Но оно непременно станет более заметным в той же пропорции, в какой наша историческая критика перестанет быть просто совокупностью неопределенных и последовательно бессвязных замечаний и будет все больше приближаться к той систематической форме, от которой она в настоящее время так далека. Чем более стройными и определенными станут те, до сих пор мало разработанные, требования, которые эта наука предъявляет к историкам и историографам, тем больше будет накапливаться сомнений в надежности материалов истории, над которыми до сих пор работали, и тем реже и с большими ограничениями будет приниматься авторитет существовавших до сих пор историографов.
В наибольшей степени это относится к самому благородному, самому поучительному, самому важному для философии материалу, который может предложить история, а именно к тем событиям, которые имели свои мотивы в умах и сердцах людей и на изображение которых влияют иногда страсти, иногда принципы, но всегда – особое воображение рассказчика. Значительное число исторических рассказов о таких деяниях великих и выдающихся людей уже дискредитировано более поздними исследованиями, и вследствие этого становится все более очевидным, что человеческая природа была неверно оценена в той самой мере, в какой привыкли судить о ней по таким рассказам.

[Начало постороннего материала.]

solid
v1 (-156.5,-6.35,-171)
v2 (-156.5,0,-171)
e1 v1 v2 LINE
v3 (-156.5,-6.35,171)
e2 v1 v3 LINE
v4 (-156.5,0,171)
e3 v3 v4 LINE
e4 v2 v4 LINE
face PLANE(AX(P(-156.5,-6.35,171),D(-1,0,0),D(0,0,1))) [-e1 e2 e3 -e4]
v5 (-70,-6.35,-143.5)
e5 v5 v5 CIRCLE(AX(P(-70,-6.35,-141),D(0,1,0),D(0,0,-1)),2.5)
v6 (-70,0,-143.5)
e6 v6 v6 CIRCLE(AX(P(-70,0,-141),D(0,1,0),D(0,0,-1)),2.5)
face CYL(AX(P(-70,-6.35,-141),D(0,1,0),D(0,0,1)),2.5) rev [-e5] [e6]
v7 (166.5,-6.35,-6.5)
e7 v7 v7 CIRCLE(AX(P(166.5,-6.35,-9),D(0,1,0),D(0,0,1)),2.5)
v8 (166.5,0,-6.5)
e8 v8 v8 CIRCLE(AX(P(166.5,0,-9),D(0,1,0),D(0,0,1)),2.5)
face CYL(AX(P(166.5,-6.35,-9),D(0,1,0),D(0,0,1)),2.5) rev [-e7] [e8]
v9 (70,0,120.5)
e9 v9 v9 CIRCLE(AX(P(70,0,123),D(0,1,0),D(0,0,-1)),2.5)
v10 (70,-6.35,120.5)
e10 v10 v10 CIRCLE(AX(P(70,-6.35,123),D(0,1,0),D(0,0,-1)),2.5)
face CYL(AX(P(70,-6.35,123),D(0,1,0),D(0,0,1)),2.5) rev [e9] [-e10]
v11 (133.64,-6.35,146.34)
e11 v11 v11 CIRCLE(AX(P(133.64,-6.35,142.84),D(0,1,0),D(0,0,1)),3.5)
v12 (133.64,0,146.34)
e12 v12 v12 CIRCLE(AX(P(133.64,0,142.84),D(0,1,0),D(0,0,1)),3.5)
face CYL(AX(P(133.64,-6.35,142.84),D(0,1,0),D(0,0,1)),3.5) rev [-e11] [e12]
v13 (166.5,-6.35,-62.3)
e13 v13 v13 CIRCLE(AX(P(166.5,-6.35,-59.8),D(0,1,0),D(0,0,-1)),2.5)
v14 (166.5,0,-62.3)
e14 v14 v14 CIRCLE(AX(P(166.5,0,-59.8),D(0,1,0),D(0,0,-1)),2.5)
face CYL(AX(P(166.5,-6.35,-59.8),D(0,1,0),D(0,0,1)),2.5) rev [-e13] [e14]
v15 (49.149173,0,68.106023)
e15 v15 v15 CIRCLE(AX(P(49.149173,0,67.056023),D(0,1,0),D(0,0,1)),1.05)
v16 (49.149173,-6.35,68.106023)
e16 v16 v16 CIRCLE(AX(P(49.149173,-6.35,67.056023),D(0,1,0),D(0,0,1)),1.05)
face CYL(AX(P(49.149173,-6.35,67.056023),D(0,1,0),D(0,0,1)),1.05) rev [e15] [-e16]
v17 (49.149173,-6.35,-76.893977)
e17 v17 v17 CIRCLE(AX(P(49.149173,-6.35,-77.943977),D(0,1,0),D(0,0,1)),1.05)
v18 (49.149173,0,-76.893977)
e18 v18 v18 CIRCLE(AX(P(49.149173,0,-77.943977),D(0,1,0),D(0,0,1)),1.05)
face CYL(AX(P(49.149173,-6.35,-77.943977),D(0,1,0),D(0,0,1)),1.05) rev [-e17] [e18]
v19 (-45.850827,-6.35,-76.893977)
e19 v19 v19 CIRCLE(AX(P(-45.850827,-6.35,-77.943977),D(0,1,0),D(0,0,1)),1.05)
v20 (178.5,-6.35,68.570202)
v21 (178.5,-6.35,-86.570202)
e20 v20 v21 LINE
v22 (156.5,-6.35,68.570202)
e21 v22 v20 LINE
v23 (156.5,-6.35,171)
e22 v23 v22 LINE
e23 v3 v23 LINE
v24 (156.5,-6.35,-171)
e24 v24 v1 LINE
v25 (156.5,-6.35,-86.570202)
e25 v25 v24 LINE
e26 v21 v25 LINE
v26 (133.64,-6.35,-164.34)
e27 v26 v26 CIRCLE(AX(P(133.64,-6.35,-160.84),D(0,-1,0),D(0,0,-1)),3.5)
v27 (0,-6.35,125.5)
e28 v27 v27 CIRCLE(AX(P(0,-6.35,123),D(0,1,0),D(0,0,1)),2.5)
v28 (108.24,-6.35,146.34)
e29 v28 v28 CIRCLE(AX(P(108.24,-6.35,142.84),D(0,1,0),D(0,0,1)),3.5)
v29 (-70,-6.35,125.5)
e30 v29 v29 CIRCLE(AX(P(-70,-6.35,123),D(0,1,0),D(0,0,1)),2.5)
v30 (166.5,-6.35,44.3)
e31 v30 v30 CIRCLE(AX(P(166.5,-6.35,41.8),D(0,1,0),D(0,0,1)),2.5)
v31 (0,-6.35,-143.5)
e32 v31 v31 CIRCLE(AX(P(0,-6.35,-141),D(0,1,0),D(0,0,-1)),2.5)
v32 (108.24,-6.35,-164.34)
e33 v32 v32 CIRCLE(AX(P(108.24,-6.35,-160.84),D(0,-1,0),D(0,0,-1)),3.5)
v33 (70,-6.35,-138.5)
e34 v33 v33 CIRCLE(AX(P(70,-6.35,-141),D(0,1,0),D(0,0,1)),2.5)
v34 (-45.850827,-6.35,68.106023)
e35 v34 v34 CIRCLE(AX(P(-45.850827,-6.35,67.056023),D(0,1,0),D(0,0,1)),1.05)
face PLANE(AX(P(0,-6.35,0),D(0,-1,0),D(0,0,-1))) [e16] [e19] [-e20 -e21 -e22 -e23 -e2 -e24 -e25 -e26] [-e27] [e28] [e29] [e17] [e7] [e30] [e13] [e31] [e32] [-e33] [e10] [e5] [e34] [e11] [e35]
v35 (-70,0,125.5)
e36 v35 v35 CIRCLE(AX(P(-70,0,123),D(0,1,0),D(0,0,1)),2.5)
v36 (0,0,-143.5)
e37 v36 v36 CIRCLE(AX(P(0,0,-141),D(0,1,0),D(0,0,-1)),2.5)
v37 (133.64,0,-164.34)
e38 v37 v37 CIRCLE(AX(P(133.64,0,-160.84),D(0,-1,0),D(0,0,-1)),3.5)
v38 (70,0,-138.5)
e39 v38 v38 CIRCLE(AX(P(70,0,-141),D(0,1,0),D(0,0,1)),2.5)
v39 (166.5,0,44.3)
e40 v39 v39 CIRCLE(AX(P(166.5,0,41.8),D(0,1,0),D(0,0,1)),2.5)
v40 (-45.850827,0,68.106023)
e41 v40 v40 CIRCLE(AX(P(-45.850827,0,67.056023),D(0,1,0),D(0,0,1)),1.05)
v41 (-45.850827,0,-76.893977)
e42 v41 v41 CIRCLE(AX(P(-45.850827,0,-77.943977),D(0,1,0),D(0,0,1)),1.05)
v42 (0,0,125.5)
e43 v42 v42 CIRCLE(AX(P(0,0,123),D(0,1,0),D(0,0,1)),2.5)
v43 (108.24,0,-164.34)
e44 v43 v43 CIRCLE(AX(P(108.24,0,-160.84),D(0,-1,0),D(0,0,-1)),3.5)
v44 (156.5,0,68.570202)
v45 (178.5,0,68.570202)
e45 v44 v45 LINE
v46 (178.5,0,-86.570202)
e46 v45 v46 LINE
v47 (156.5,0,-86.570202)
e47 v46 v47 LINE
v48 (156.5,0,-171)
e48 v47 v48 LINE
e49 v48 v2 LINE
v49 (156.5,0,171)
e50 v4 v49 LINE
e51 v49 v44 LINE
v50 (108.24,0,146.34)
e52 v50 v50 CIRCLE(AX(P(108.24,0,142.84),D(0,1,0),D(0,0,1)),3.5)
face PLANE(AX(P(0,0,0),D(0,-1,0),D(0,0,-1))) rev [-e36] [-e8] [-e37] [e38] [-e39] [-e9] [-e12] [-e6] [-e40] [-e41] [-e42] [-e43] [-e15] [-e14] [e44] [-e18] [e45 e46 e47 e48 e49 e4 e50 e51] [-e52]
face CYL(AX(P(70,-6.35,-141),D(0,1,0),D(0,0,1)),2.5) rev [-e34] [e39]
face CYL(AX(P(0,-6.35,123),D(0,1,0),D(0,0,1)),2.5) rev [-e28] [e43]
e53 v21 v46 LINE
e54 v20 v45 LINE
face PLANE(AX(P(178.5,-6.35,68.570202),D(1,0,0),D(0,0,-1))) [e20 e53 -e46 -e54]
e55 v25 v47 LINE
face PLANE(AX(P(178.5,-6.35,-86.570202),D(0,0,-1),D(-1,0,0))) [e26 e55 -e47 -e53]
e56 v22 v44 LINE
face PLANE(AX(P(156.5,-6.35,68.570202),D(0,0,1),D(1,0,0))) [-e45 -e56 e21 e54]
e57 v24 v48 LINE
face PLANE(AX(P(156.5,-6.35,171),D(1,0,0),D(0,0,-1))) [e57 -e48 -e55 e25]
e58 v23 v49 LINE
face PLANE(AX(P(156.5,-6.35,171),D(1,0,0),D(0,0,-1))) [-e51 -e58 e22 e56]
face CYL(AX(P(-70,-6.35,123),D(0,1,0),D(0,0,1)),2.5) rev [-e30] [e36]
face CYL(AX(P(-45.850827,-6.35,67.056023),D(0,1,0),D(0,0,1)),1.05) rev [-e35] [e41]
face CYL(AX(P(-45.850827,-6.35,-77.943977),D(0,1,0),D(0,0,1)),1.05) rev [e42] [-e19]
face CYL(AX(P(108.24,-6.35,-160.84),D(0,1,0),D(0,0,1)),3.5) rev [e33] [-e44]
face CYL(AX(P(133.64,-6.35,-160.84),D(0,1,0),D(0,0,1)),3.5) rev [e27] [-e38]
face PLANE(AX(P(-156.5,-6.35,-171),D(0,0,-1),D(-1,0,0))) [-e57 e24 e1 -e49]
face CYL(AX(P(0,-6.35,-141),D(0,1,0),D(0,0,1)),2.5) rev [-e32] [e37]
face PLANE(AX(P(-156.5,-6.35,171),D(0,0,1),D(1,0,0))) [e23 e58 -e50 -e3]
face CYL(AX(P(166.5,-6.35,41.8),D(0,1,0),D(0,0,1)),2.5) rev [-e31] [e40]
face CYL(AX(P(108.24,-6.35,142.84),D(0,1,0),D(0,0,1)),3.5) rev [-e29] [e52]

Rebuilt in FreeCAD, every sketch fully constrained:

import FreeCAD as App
import Part
import Sketcher
from FreeCAD import Vector

doc = App.newDocument("Part")
params = doc.addObject("Spreadsheet::Sheet", "Params")
for row, (alias, value) in enumerate([
    ("sketch1_width", "313 mm"),
    ("sketch1_height", "342 mm"),
    ("pad1_length", "6.35 mm"),
    ("sketch2_diameter", "5 mm"),
    ("sketch2_width", "22 mm"),
    ("pad2_length", "6.35 mm"),
    ("sketch3_diameter", "5 mm"),
    ("sketch4_diameter", "7 mm"),
    ("sketch5_diameter", "2.1 mm"),
], start=1):
    params.set(f"A{row}", alias)
    params.set(f"B{row}", "=" + value)
    params.setAlias(f"B{row}", alias)

body = doc.addObject("PartDesign::Body", "Body")

# Sketch on XZ plane
sketch1 = body.newObject("Sketcher::SketchObject", "Sketch")
sketch1.AttachmentSupport = (doc.getObject("XZ_Plane"), [""])
sketch1.MapMode = "FlatFace"
sketch1.addGeometry(Part.LineSegment(Vector(-156, -171, 0), Vector(-156, 171, 0)), False)
sketch1.addGeometry(Part.LineSegment(Vector(-156, 171, 0), Vector(156, 171, 0)), False)
sketch1.addGeometry(Part.LineSegment(Vector(156, 171, 0), Vector(156, -171, 0)), False)
sketch1.addGeometry(Part.LineSegment(Vector(156, -171, 0), Vector(-156, -171, 0)), False)
sketch1.addConstraint(Sketcher.Constraint("Coincident", 0, 2, 1, 1))
sketch1.addConstraint(Sketcher.Constraint("Coincident", 1, 2, 2, 1))
sketch1.addConstraint(Sketcher.Constraint("Coincident", 2, 2, 3, 1))
sketch1.addConstraint(Sketcher.Constraint("Coincident", 3, 2, 0, 1))
sketch1.addConstraint(Sketcher.Constraint("Vertical", 0))
sketch1.addConstraint(Sketcher.Constraint("Horizontal", 1))
sketch1.addConstraint(Sketcher.Constraint("Vertical", 2))
sketch1.addConstraint(Sketcher.Constraint("Horizontal", 3))
sketch1.addConstraint(Sketcher.Constraint("Symmetric", 0, 2, 2, 2, -1, 1))
sketch1.addConstraint(Sketcher.Constraint("DistanceX", 1, 1, 1, 2, 313.0))
sketch1.addConstraint(Sketcher.Constraint("DistanceY", 0, 1, 0, 2, 342.0))
sketch1.setExpression("Constraints[9]", "Params.sketch1_width")
sketch1.setExpression("Constraints[10]", "Params.sketch1_height")
pad1 = body.newObject("PartDesign::Pad", "Pad")
pad1.Profile = sketch1
pad1.setExpression("Length", "Params.pad1_length")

Какие важные перемены ожидают целые области истории в тот момент, когда прогресс исторической критики предъявит право на доселе неоспоримые документы и решит споры о доселе спорных! Не только историки, но даже богословы по профессии отнюдь не согласны с единым определением исторической ценности священных документов; и даже те, кто считает эту ценность установленной, делают противоположные выводы из этих памятников, столь важных для истории человечества, – в зависимости от того, рассматривают ли они их взглядом разума, предоставленного самому себе, либо сверхъестественно просвещенного.